▶ [Action item]: Go through the entries below from the first line and output each one exactly, up to and including the line with "f 461 469 311".

▶ [Stored entries]:
[Start of section]

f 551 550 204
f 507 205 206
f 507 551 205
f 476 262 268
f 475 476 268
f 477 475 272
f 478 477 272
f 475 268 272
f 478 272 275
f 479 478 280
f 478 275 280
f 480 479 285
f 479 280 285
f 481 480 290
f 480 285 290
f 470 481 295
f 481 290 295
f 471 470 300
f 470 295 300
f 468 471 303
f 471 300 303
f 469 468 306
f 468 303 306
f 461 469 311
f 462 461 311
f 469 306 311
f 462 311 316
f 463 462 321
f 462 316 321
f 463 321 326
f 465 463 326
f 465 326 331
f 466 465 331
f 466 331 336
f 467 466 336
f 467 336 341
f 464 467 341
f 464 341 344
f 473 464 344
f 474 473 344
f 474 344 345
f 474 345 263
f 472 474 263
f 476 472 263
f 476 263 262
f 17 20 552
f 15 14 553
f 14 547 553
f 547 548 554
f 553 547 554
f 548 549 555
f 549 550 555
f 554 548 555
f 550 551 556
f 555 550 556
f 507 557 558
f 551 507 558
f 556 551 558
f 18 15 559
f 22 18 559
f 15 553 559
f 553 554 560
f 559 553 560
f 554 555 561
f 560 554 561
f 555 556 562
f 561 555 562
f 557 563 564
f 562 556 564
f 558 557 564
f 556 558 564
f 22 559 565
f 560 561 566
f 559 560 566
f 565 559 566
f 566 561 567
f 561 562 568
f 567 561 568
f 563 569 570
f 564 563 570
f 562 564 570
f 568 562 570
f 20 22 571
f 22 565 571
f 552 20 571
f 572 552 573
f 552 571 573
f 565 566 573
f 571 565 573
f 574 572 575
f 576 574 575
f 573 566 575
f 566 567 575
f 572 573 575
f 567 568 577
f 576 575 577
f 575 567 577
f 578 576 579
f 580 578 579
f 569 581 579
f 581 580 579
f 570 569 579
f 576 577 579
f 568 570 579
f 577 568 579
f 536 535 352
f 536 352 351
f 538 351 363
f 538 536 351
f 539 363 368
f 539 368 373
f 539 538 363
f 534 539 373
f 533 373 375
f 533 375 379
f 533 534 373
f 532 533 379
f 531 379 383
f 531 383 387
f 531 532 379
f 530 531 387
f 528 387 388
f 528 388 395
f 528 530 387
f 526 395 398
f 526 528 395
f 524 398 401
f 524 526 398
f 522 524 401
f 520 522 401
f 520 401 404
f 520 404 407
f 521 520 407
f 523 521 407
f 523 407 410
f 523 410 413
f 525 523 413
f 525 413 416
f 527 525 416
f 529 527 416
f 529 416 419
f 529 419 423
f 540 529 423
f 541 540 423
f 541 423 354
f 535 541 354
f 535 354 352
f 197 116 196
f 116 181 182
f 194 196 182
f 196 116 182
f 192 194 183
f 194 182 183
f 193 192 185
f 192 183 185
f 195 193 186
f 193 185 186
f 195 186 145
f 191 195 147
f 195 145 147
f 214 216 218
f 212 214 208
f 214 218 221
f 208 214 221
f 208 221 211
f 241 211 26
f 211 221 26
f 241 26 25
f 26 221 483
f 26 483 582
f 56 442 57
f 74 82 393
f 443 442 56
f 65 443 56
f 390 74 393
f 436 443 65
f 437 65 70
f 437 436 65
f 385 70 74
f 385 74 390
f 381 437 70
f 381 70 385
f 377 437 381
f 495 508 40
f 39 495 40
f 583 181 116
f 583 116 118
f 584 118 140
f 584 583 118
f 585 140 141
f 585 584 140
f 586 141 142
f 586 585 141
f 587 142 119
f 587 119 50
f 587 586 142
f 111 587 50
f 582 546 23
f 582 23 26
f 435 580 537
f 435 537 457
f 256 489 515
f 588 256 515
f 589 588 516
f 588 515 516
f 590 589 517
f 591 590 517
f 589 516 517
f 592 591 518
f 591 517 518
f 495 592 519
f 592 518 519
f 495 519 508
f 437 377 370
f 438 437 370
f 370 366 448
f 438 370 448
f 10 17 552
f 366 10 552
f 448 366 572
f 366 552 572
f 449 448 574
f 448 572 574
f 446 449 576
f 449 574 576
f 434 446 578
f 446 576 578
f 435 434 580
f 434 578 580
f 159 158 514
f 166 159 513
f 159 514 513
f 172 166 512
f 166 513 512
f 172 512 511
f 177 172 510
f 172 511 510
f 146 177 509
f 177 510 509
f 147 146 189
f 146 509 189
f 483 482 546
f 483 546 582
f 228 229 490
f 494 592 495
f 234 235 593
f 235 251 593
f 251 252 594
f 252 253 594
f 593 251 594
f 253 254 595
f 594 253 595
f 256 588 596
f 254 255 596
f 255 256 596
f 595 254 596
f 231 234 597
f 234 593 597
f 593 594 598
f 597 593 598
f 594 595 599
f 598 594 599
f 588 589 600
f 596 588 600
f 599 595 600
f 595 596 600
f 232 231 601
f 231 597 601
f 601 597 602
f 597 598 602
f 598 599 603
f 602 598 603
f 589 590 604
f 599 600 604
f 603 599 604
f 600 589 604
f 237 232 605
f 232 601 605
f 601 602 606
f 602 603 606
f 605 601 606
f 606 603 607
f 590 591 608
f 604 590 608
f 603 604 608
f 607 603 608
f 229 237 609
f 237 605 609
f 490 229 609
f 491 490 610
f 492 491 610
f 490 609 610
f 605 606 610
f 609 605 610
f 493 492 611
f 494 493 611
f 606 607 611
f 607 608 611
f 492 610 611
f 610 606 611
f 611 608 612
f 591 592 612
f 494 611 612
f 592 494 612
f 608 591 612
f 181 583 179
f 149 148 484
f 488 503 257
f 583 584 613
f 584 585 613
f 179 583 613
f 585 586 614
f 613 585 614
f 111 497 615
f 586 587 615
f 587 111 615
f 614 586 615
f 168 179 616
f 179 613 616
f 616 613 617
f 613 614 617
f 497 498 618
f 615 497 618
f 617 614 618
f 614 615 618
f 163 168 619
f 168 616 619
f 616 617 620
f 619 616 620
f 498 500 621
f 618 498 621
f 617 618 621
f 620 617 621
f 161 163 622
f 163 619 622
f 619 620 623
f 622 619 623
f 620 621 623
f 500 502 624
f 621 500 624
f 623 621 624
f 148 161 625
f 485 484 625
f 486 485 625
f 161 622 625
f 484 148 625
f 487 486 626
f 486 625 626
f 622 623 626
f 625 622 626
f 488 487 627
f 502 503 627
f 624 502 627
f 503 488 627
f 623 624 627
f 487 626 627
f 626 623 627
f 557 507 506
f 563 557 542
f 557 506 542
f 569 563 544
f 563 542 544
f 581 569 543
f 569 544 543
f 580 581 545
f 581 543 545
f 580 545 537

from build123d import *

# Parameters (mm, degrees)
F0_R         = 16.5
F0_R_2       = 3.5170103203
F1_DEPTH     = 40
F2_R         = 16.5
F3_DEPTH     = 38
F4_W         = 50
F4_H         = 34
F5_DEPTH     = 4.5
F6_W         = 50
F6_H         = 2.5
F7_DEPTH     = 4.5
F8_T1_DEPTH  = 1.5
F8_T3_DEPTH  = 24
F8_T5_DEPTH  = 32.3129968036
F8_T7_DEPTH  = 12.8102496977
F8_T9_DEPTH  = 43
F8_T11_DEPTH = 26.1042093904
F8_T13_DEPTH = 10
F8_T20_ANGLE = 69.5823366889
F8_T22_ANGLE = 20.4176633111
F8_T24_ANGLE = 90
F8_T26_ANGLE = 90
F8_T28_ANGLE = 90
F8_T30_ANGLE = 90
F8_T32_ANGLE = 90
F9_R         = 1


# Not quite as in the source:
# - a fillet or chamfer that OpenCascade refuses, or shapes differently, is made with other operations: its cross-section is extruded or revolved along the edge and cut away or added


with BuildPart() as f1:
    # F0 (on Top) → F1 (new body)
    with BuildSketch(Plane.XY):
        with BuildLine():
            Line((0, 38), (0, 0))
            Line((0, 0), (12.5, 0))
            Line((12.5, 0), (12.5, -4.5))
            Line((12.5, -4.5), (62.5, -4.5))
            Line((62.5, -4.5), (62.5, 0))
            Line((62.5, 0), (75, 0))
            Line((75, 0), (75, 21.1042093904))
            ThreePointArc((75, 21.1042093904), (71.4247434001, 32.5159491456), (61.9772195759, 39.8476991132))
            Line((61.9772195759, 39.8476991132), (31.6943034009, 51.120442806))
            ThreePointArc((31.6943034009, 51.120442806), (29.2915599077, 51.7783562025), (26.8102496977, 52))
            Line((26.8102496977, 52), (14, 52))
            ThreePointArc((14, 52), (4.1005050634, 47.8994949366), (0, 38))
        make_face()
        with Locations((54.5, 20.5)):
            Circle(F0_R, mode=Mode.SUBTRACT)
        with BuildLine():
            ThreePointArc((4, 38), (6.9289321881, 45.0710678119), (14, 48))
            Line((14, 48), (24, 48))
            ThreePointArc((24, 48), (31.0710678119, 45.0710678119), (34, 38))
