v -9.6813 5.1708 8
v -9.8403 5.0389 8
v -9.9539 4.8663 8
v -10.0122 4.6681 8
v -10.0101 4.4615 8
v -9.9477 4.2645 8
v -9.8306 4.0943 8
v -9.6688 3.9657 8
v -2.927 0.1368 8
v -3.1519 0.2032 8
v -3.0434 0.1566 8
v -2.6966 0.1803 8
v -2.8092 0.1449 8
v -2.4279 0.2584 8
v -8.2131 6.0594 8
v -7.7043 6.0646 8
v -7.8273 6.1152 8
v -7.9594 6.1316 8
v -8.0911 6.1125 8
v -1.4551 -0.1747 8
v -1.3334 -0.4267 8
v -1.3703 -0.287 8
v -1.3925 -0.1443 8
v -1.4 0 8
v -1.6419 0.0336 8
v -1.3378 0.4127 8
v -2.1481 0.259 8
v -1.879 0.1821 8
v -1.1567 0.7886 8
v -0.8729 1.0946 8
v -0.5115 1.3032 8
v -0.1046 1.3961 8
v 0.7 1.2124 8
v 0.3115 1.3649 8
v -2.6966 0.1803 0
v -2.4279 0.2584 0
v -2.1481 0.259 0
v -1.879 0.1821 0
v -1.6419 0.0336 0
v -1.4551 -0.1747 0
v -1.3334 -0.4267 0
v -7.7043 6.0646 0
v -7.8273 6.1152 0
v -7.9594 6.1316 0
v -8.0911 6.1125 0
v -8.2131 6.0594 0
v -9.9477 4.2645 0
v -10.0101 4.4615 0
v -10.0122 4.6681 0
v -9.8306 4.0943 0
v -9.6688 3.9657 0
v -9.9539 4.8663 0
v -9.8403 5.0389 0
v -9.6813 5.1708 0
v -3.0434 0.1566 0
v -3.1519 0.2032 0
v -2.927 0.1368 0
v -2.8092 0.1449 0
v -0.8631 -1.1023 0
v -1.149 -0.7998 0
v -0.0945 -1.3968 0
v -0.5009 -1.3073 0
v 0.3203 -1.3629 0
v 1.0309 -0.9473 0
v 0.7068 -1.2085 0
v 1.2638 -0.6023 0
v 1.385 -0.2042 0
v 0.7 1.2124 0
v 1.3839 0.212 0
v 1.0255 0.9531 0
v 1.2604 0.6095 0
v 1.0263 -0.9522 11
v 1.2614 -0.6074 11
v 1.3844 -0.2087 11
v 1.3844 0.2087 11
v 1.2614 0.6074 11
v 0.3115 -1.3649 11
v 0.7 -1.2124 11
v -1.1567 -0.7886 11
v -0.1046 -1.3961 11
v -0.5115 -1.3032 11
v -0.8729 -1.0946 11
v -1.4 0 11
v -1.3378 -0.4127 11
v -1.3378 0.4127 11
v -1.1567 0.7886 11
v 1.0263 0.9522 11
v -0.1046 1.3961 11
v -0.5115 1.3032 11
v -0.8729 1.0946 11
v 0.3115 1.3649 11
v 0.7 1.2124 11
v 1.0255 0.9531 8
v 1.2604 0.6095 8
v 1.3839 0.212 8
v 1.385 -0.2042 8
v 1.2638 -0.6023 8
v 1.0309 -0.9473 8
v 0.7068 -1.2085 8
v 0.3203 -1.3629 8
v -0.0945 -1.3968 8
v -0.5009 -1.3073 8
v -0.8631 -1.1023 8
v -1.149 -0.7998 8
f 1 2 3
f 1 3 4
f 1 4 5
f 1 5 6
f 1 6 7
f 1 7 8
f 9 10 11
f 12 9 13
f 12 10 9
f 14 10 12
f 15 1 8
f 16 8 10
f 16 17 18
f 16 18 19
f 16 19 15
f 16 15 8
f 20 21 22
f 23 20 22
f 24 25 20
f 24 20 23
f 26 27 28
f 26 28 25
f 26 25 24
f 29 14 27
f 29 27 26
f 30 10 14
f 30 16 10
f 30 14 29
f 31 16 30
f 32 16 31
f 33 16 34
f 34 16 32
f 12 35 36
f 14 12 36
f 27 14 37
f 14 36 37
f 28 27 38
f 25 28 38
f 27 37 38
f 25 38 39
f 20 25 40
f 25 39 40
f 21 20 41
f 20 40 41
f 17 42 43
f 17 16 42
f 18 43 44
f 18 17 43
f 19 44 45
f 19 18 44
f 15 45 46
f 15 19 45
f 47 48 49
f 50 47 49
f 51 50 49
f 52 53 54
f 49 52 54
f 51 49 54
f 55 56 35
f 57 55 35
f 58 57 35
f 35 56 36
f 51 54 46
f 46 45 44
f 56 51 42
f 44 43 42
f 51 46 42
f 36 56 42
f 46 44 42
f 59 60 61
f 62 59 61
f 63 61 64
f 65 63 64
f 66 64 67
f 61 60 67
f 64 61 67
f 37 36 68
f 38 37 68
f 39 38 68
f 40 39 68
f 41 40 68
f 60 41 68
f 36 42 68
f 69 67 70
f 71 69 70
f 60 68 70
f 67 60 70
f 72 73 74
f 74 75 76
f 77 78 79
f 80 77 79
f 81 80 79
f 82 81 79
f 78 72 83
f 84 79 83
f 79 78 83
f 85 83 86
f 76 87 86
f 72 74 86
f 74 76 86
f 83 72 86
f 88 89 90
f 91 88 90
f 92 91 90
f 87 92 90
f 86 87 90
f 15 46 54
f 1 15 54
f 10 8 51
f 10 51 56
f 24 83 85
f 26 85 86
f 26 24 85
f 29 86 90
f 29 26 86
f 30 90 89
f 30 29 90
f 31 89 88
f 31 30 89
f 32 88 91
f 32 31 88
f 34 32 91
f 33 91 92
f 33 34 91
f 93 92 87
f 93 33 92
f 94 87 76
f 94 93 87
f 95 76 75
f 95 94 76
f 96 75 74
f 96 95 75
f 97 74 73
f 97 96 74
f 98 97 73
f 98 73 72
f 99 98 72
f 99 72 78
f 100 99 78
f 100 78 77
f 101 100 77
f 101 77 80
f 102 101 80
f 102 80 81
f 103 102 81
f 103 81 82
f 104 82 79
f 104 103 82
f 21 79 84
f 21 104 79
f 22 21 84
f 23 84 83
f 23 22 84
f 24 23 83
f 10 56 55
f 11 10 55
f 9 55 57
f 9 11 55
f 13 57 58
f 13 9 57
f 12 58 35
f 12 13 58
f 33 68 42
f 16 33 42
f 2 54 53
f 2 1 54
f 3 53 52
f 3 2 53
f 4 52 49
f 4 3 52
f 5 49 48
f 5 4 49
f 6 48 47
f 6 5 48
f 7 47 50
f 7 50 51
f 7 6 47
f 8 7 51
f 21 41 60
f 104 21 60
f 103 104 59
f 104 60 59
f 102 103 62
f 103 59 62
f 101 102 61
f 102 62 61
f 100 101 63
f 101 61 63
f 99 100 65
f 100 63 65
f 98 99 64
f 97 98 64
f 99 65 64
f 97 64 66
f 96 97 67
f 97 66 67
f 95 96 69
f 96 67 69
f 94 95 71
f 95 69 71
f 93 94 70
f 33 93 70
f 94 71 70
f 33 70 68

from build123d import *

# Parameters (mm, degrees)
EXTRUDE_1_DEPTH = 8
FILLET_1_R      = 0.5
FILLET_2_R      = 0.7
EXTRUDE_START   = -8
SKETCH_2_R      = 1.4
EXTRUDE_2_DEPTH = 3


with BuildPart() as part:
    # 草图1 → 凸台-拉伸1 (new body)
    with BuildSketch(Plane.XY):
        with BuildLine():
            Line((0.7, 1.212435565), (-7.960254038, 6.212435565))
            Line((-7.960254038, 6.212435565), (-10.694228634, 4.557735027))
            Line((-10.694228634, 4.557735027), (-2.9, 0.057735027))
            ThreePointArc((-2.9, 0.057735027), (-1.990417738, 0.223935223), (-1.333398647, -0.426670889))
            ThreePointArc((-1.333398647, -0.426670889), (0.878615931, -1.089969746), (0.7, 1.212435565))
        make_face()
    extrude(amount=EXTRUDE_1_DEPTH)

    # 圆角1
    fillet_1_edges = [part.edges().sort_by_distance(p)[0] for p in [
        (-7.960254038, 6.212435565, 4),
        (-2.9, 0.057735027, 4),
    ]]
    fillet(fillet_1_edges, radius=FILLET_1_R)

    # 圆角2
    fillet_2_edges = [part.edges().sort_by_distance(p)[0] for p in [
        (-10.694228634, 4.557735027, 4),
    ]]
    fillet(fillet_2_edges, radius=FILLET_2_R)

    # 草图2 → 凸台-拉伸2 (add)
    with BuildSketch(Plane(origin=(0, 0, 0), x_dir=(-1, 0, 0), z_dir=(0, 0, -1)).offset(EXTRUDE_START)):
        Circle(SKETCH_2_R)
    extrude(amount=-EXTRUDE_2_DEPTH)


solid = part.part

[End of section]

▶ [Solution for this problem]:
f 551 550 204
f 507 205 206
f 507 551 205
f 476 262 268
f 475 476 268
f 477 475 272
f 478 477 272
f 475 268 272
f 478 272 275
f 479 478 280
f 478 275 280
f 480 479 285
f 479 280 285
f 481 480 290
f 480 285 290
f 470 481 295
f 481 290 295
f 471 470 300
f 470 295 300
f 468 471 303
f 471 300 303
f 469 468 306
f 468 303 306
f 461 469 311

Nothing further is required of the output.